Two other threads being active now got me thinking about what poses as a threat to a dog.
In one of the other discussions stickhits are mentioned as being part of a courage test.
Yes some dogs really react to that and the reaction can be twofold,they either get angry or they get scared.
A lot has been said about stick hit and posture of the decoy,but what about eye contact?
I have watched a lot of videos and some decoys can be really menacing and put up a big show with a loud voice but what i miss is eye contact.I did know a decoy once who could chase dogs by just looking at them,and he was feared by many competitors.
I had an uncle who could enter any farmyard and no dog would ever go near him,he looked the dogs square in the eye and they all ran.
None of these dogs were ever trained to bite but some had a bad rep.
How important is eye contact during training,is it mostly ignored?
I am not talking about the normal looking at a dog kind of contact but the deeper look,*i am going to hurt you!
*And i do not think every decoy can do it,not every one has the evil eye.
A good test of courage?


----------



## Sarah Platts (Jan 12, 2010)

I've seen some dogs back off from direct eye contact. I've seen some folks attacked due to the direct challenge but avert your eyes with those same dogs and you could go where you wanted.


----------



## Catherine Gervin (Mar 12, 2012)

Sarah Platts said:


> I've seen some dogs back off from direct eye contact. I've seen some folks attacked due to the direct challenge but avert your eyes with those same dogs and you could go where you wanted.


this has been my experience, too. eye contact is a big deal in the animal kingdom.


----------



## Tiago Fontes (Apr 17, 2011)

Catherine Gervin said:


> this has been my experience, too. eye contact is a big deal in the animal kingdom.


And human kingdom...Nothing beats solid eye contact!

Sorry, couldnt resist...lol


----------



## Catherine Gervin (Mar 12, 2012)

Tiago Fontes said:


> And human kingdom...Nothing beats solid eye contact!
> 
> Sorry, couldnt resist...lol


you know what, that's true! but i gotta say-- it's pretty tough to see much while that's going on so i always considered it to be more of a gesture made?


----------



## Brian McQuain (Oct 21, 2009)

I think its just as important as anything when training. I can bring a dog up or shut a dog down without making a big scene.

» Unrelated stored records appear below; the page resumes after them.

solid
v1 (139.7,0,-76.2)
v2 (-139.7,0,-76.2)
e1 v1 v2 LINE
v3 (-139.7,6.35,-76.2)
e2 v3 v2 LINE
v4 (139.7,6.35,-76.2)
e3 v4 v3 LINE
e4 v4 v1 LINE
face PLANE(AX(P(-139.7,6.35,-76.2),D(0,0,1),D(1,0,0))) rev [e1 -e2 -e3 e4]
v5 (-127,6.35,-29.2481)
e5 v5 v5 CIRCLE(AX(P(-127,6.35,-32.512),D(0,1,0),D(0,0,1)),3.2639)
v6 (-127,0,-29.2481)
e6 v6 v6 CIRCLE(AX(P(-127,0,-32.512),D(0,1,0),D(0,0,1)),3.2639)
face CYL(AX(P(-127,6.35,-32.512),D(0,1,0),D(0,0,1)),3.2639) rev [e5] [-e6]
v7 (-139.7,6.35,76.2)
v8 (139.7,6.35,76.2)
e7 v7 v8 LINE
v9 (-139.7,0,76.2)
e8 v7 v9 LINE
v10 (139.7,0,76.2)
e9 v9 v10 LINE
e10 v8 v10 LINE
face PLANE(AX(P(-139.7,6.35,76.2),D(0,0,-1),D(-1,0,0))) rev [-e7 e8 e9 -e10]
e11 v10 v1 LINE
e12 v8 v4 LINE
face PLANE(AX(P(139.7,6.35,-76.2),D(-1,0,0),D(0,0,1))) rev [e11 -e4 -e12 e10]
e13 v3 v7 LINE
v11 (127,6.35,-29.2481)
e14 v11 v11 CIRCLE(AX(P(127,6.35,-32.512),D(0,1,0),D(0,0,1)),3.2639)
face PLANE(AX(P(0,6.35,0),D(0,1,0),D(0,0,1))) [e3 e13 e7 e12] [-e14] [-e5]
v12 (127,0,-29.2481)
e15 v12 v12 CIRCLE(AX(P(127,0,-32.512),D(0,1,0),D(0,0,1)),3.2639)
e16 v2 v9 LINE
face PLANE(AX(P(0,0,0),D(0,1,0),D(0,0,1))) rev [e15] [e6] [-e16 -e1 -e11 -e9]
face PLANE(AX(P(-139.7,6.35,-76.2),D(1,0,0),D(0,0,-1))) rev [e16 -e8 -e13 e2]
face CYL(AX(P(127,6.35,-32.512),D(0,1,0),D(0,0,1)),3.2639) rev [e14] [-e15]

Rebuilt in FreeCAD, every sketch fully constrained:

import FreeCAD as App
import Part
import Sketcher

V = App.Vector
Q = App.Units.Quantity


def add_polygon(sketch, points):
    """Adds a closed chain of lines whose ends are joined by coincident constraints."""
    first, n = sketch.GeometryCount, len(points)
    for a, b in zip(points, points[1:] + points[:1]):
        sketch.addGeometry(Part.LineSegment(App.Vector(*a, 0), App.Vector(*b, 0)), False)
    for i in range(n):
        sketch.addConstraint(Sketcher.Constraint("Coincident", first + i, 2, first + (i + 1) % n, 1))

doc = App.newDocument("Part")
body = doc.addObject("PartDesign::Body", "Body")

# Sketch on XZ plane
sketch1 = doc.addObject("Sketcher::SketchObject", "Sketch")
body.addObject(sketch1)
sketch1.AttachmentSupport = (doc.XZ_Plane, [""])
sketch1.MapMode = "FlatFace"
add_polygon(sketch1, [(-140, -76), (-140, 76), (140, 76), (140, -76)])  # lines 0-3
sketch1.addConstraint([
    Sketcher.Constraint("Vertical", 0),
    Sketcher.Constraint("Horizontal", 1),
    Sketcher.Constraint("Vertical", 2),
    Sketcher.Constraint("Horizontal", 3),
    Sketcher.Constraint("Symmetric", 0, 2, 2, 2, -1, 1),
    Sketcher.Constraint("DistanceX", 1, 1, 1, 2, Q("11 in")),
    Sketcher.Constraint("DistanceY", 0, 1, 0, 2, Q("6 in")),
])
pad1 = doc.addObject("PartDesign::Pad", "Pad")
body.addObject(pad1)
pad1.Profile = sketch1
pad1.Length = Q("0.25 in")
pad1.Reversed = True

# Sketch on XZ plane
sketch2 = doc.addObject("Sketcher::SketchObject", "Sketch001")
body.addObject(sketch2)
sketch2.AttachmentSupport = (doc.XZ_Plane, [""])
sketch2.MapMode = "FlatFace"
sketch2.AttachmentOffset = App.Placement(V(0, 0, -0.25 * 25.4), App.Rotation())
sketch2.addGeometry([
    Part.Circle(V(-127, -32.5, 0), V(0, 0, 1), 3.3),
    Part.Circle(V(127, -32.5, 0), V(0, 0, 1), 3.3),
], False)
sketch2.addConstraint([
    Sketcher.Constraint("Equal", 0, 1),
    Sketcher.Constraint("Symmetric", 0, 3, 1, 3, -2),
    Sketcher.Constraint("Diameter", 0, Q("0.257 in")),
    Sketcher.Constraint("DistanceX", 0, 3, -1, 1, Q("5 in")),
    Sketcher.Constraint("DistanceY", 0, 3, -1, 1, Q("1.28 in")),
])
doc.recompute()
hole = doc.addObject("PartDesign::Hole", "Hole")
body.addObject(hole)
hole.Profile = sketch2
hole.ThreadType = "None"
hole.Diameter = Q("0.257 in")
hole.DepthType = "ThroughAll"
hole.Reversed = True

doc.recompute()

I have a dog that would search out eye contact from anybody (not just decoys), to the point of circling and following the persons head and eyes. He figured as soon as solid contact was made, game on. And he tried. And he tried. He's chilled out a lot with maturity, so he doesnt force eye contact anymore, but if someone forces contact with him, its on.

I dont want to brag or anything, but Ive made a black bear stop in his tracks and run away from my presence and eye contact. Felt like Crocodile Dundee. But Ive also made eye contact with a silverback gorilla and I could not hold my gaze. Every time he met eyes with me, he would get on the muscle and start to get up, no matter how hard I tried, I broke eye contact. Probably because I didnt want to get ripped apart...but those boys have some serious presence up close. Only time Ive ever felt...inadequate.


----------



## Bob Scott (Mar 30, 2006)

Often times a dogs threshold for aggression can be found with nothing more then eye contact. 
Then you have to decide if it's fear driven or a serious dog. 

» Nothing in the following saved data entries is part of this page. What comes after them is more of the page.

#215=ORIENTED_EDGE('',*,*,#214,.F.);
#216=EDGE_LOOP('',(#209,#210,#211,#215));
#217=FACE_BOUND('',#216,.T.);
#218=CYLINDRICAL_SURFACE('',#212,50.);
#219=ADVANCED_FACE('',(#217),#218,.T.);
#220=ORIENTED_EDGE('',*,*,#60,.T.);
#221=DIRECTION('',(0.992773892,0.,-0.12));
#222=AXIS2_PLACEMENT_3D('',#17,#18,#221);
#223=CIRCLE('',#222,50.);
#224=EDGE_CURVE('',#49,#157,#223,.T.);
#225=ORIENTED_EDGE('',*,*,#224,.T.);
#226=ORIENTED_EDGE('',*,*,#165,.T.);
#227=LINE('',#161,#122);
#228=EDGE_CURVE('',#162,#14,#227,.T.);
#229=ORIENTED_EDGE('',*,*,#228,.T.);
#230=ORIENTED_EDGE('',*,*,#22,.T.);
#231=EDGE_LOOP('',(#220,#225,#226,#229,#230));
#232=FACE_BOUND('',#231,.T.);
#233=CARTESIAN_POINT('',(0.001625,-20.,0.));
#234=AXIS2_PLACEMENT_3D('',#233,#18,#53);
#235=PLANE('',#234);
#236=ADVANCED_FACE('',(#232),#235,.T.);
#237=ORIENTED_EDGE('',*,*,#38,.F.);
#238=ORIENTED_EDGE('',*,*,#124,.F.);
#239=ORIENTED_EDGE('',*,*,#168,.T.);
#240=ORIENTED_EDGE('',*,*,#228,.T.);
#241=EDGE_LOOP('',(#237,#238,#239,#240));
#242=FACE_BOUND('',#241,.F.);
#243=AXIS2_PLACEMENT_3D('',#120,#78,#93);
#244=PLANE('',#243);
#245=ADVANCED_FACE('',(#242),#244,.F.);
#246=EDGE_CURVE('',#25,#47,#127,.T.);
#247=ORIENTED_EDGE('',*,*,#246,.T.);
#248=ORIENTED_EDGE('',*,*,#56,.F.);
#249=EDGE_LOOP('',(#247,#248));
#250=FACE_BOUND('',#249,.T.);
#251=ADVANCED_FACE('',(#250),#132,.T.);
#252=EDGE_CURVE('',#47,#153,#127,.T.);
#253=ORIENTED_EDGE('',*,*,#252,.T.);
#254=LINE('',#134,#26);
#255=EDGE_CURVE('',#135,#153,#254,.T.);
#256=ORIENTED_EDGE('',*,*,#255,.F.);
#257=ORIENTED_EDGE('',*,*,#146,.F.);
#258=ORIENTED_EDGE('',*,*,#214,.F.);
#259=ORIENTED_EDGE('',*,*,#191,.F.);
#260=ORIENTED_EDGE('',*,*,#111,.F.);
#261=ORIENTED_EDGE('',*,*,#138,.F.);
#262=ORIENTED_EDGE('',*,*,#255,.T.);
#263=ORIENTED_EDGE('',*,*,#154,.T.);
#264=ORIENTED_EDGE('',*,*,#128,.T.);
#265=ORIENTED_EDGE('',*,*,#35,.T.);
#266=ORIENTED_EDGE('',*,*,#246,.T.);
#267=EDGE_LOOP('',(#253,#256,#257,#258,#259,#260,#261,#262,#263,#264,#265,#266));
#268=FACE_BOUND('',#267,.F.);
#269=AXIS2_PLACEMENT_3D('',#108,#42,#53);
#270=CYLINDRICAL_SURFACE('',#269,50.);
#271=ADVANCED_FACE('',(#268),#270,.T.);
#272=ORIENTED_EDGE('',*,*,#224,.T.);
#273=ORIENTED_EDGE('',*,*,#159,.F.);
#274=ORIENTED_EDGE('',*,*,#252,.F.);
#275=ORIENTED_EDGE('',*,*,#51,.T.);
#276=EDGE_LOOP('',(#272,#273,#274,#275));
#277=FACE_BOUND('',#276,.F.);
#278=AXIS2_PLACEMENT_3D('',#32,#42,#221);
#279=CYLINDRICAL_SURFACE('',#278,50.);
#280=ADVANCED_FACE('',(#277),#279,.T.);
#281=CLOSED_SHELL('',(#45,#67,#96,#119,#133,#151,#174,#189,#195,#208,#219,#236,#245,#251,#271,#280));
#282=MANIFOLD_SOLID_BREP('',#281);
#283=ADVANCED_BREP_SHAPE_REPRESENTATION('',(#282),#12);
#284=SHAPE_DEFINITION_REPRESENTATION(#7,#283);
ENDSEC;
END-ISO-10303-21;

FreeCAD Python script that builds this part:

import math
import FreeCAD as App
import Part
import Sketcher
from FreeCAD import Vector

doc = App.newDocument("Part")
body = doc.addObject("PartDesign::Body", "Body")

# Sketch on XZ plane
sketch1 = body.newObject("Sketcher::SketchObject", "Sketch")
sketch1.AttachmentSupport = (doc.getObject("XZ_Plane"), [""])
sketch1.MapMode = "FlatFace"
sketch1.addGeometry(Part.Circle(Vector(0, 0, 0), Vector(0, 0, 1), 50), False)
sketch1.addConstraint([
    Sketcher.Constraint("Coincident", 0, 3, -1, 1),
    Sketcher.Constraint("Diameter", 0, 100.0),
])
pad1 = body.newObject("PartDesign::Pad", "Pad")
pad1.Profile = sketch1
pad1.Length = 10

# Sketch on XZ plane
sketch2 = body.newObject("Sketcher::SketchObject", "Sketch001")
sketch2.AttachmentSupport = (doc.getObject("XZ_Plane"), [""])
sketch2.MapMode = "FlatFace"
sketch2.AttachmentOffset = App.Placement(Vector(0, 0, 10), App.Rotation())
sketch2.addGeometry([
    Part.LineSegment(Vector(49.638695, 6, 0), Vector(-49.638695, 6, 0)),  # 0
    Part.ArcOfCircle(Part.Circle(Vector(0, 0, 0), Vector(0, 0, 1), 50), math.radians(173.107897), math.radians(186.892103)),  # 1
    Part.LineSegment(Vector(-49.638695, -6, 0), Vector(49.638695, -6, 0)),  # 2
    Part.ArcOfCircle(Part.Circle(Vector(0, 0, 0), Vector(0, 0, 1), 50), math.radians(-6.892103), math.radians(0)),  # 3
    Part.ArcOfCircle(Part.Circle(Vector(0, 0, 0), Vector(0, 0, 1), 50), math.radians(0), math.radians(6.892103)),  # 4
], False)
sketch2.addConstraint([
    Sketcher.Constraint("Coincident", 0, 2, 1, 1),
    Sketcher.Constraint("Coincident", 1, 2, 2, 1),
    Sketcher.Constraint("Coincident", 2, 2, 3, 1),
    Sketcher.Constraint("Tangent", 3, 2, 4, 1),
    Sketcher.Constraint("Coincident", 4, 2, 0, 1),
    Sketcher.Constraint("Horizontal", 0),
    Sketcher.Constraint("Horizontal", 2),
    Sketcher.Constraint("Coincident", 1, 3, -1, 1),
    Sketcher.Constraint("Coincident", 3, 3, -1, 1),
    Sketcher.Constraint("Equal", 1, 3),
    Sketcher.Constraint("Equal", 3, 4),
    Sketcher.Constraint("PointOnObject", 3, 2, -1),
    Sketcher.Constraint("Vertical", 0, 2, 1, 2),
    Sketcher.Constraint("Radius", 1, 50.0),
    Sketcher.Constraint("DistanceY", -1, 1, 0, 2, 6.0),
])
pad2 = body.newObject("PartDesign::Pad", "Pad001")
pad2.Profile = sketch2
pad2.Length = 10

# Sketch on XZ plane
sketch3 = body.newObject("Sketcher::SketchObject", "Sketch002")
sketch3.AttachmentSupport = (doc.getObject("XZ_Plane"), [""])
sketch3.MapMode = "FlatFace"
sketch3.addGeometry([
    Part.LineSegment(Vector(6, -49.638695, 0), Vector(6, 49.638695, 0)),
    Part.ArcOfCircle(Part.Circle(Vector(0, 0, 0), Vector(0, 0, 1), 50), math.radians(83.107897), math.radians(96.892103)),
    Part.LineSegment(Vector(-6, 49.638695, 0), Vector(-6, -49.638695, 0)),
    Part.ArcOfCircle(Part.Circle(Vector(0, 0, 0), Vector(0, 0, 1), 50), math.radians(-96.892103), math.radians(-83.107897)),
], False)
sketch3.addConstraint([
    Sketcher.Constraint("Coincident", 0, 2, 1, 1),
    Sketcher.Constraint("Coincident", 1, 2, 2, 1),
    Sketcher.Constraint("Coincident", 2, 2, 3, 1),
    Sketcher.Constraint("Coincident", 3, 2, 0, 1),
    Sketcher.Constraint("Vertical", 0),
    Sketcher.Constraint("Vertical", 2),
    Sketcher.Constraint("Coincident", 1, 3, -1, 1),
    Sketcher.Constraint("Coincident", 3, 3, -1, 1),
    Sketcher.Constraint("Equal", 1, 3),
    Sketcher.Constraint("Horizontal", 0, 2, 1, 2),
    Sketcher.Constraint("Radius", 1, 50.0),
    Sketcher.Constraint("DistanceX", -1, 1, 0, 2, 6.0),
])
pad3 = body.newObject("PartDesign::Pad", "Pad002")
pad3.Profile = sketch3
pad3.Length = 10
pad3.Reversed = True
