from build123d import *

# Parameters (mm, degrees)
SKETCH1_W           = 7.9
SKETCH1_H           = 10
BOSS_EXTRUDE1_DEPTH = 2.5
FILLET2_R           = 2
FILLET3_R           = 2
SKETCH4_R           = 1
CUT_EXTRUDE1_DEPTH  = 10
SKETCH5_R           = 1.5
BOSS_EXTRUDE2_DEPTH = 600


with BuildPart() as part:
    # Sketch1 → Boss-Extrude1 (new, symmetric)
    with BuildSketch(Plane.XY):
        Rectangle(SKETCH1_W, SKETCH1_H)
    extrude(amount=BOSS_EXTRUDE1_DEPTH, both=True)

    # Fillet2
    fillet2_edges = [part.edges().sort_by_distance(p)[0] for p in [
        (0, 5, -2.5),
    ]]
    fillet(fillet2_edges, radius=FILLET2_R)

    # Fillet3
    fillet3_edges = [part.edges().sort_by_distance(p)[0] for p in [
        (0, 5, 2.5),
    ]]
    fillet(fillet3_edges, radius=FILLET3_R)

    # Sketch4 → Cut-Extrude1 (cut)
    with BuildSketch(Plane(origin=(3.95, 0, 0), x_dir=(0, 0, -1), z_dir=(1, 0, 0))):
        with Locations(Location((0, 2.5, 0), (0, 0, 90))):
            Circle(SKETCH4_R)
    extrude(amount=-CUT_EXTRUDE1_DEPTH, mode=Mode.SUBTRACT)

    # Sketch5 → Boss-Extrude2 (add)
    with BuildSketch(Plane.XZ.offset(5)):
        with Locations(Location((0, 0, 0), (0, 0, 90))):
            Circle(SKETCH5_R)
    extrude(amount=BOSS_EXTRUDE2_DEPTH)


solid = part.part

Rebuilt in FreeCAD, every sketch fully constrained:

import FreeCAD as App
import Part
import Sketcher
from FreeCAD import Vector
Q = App.Units.Quantity


def edges_at(feature, points):
    """Names of the edges that pass closest to the given points."""
    edges = feature.Shape.Edges
    near = lambda p: min(range(len(edges)), key=lambda i: edges[i].distToShape(Part.Vertex(*p))[0])
    return sorted({f"Edge{near(p) + 1}" for p in points})


def add_polygon(sketch, points):
    """Adds a closed chain of lines whose ends are joined by coincident constraints."""
    first, n = sketch.GeometryCount, len(points)
    for a, b in zip(points, points[1:] + points[:1]):
        sketch.addGeometry(Part.LineSegment(App.Vector(*a, 0), App.Vector(*b, 0)), False)
    for i in range(n):
        sketch.addConstraint(Sketcher.Constraint("Coincident", first + i, 2, first + (i + 1) % n, 1))

doc = App.newDocument("Part")
params = doc.addObject("Spreadsheet::Sheet", "Params")
for row, (alias, value) in enumerate([
    ("sketch1_height", "10 mm"),
    ("sketch1_width", "7.9 mm"),
    ("pad1_length", "5 mm"),
    ("fillet_radius", "2 mm"),
    ("fillet2_radius", "2 mm"),
    ("sketch2_diameter", "2 mm"),
    ("pocket1_length", "10 mm"),
    ("sketch3_diameter", "3 mm"),
    ("pad2_length", "600 mm"),
], start=1):
    params.set(f"A{row}", alias)
    params.set(f"B{row}", "=" + value)
    params.setAlias(f"B{row}", alias)

body = doc.addObject("PartDesign::Body", "Body")

# Sketch on XY plane
sketch1 = body.newObject("Sketcher::SketchObject", "Sketch")
sketch1.AttachmentSupport = (doc.getObject("XY_Plane"), [""])
sketch1.MapMode = "FlatFace"
add_polygon(sketch1, [(-4, 5), (-4, -5), (4, -5), (4, 5)])  # lines 0-3
sketch1.addConstraint(Sketcher.Constraint("Vertical", 0))
sketch1.addConstraint(Sketcher.Constraint("Horizontal", 1))
sketch1.addConstraint(Sketcher.Constraint("Vertical", 2))
sketch1.addConstraint(Sketcher.Constraint("Horizontal", 3))
sketch1.addConstraint(Sketcher.Constraint("Symmetric", 0, 2, 2, 2, -1, 1))
sketch1.addConstraint(Sketcher.Constraint("DistanceY", 0, 2, 0, 1, Q("10 mm")))
sketch1.addConstraint(Sketcher.Constraint("DistanceX", 1, 1, 1, 2, Q("7.9 mm")))
sketch1.setExpression("Constraints[9]", "Params.sketch1_height")
sketch1.setExpression("Constraints[10]", "Params.sketch1_width")
pad1 = body.newObject("PartDesign::Pad", "Pad")
pad1.Profile = sketch1
pad1.setExpression("Length", "Params.pad1_length")
pad1.Midplane = True
doc.recompute()

fillet = body.newObject("PartDesign::Fillet", "Fillet")
fillet.Base = (pad1, edges_at(pad1, [(0, 5, -2.5)]))
fillet.setExpression("Radius", "Params.fillet_radius")
doc.recompute()

fillet2 = body.newObject("PartDesign::Fillet", "Fillet001")
fillet2.Base = (fillet, edges_at(fillet, [(0, 5, 2.5)]))
fillet2.setExpression("Radius", "Params.fillet2_radius")

# Sketch on YZ plane
sketch2 = body.newObject("Sketcher::SketchObject", "Sketch001")
sketch2.AttachmentSupport = (doc.getObject("YZ_Plane"), [""])
sketch2.MapMode = "FlatFace"
sketch2.AttachmentOffset = App.Placement(Vector(0, 0, 3.95), App.Rotation())
sketch2.addGeometry(Part.Circle(Vector(2.5, 0, 0), Vector(0, 0, 1), 1), False)
sketch2.addConstraint(Sketcher.Constraint("PointOnObject", 0, 3, -1))
sketch2.addConstraint(Sketcher.Constraint("Diameter", 0, Q("2 mm")))
sketch2.addConstraint(Sketcher.Constraint("DistanceX", -1, 1, 0, 3, Q("2.5 mm")))
sketch2.setExpression("Constraints[1]", "Params.sketch2_diameter")
pocket1 = body.newObject("PartDesign::Pocket", "Pocket")
pocket1.Profile = sketch2
pocket1.setExpression("Length", "Params.pocket1_length")

# Sketch on XZ plane
sketch3 = body.newObject("Sketcher::SketchObject", "Sketch002")
sketch3.AttachmentSupport = (doc.getObject("XZ_Plane"), [""])
sketch3.MapMode = "FlatFace"
sketch3.AttachmentOffset = App.Placement(Vector(0, 0, 5), App.Rotation())
sketch3.addGeometry(Part.Circle(Vector(0, 0, 0), Vector(0, 0, 1), 1.5), False)
sketch3.addConstraint(Sketcher.Constraint("Coincident", 0, 3, -1, 1))
sketch3.addConstraint(Sketcher.Constraint("Diameter", 0, Q("3 mm")))
sketch3.setExpression("Constraints[1]", "Params.sketch3_diameter")
pad2 = body.newObject("PartDesign::Pad", "Pad001")
pad2.Profile = sketch3
pad2.setExpression("Length", "Params.pad2_length")

doc.recompute()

At the same time a very strong nerved, clear headed dog can have a threshold that makes it hard to get them wound up with eye contact. Sure doesn't mean it wont eat you with the right stimulation though.


It's surprising how approaching a young puppy without using eye contact, turned sideways to it while on your knees can get even a shy pup involved with you.


----------



## Mike Di Rago (Jan 9, 2009)

Stewart Hilliard used this technique at a seminar I went to.Many handler had no idea how their dogs would react to a slow approach by a decoy who maintained eye contact and no other threat.
I also had the same type of dog Brian is referring to.Was a PITA as he was always looking for a fight!
Mike


----------



## Joby Becker (Dec 13, 2009)

that is one of the most important factors in an effective agitator, for pressure anyhow.... I feel.
use of the eyes. and also overall posture or course.


----------



## Gillian Schuler (Apr 12, 2008)

Our helper in Germany could do that but he had the necessary "dominance" to go with it and, as you say Joby, the body stance to back it up.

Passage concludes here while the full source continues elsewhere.